WHAT THIS TASK INVOLVES
Retype all of the entries that appear below, keeping them exactly as they are.

Collected data
"""
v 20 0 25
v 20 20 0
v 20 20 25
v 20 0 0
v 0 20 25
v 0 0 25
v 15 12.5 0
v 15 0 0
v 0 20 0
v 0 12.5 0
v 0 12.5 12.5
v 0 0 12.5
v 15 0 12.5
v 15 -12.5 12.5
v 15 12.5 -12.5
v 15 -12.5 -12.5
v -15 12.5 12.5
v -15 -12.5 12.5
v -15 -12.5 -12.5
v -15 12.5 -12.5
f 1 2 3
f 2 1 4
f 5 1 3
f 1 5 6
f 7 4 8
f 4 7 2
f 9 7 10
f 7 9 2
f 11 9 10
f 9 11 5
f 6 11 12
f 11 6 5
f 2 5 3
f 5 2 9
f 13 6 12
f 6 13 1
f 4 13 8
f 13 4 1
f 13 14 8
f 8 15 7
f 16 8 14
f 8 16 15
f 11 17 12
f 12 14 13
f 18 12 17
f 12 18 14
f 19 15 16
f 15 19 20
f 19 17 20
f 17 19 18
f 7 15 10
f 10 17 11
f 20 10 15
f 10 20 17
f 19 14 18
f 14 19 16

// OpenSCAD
// Generated by generate_scads.py
union() {
  cube(size=[20,20,25], center=false);
  cube(size=[30,25,25], center=true);
}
"""
RESULT OF THIS EXERCISE
v 20 0 25
v 20 20 0
v 20 20 25
v 20 0 0
v 0 20 25
v 0 0 25
v 15 12.5 0
v 15 0 0
v 0 20 0
v 0 12.5 0
v 0 12.5 12.5
v 0 0 12.5
v 15 0 12.5
v 15 -12.5 12.5
v 15 12.5 -12.5
v 15 -12.5 -12.5
v -15 12.5 12.5
v -15 -12.5 12.5
v -15 -12.5 -12.5
v -15 12.5 -12.5
f 1 2 3
f 2 1 4
f 5 1 3
f 1 5 6
f 7 4 8
f 4 7 2
f 9 7 10
f 7 9 2
f 11 9 10
f 9 11 5
f 6 11 12
f 11 6 5
f 2 5 3
f 5 2 9
f 13 6 12
f 6 13 1
f 4 13 8
f 13 4 1
f 13 14 8
f 8 15 7
f 16 8 14
f 8 16 15
f 11 17 12
f 12 14 13
f 18 12 17
f 12 18 14
f 19 15 16
f 15 19 20
f 19 17 20
f 17 19 18
f 7 15 10
f 10 17 11
f 20 10 15
f 10 20 17
f 19 14 18
f 14 19 16

// OpenSCAD
// Generated by generate_scads.py
union() {
  cube(size=[20,20,25], center=false);
  cube(size=[30,25,25], center=true);
}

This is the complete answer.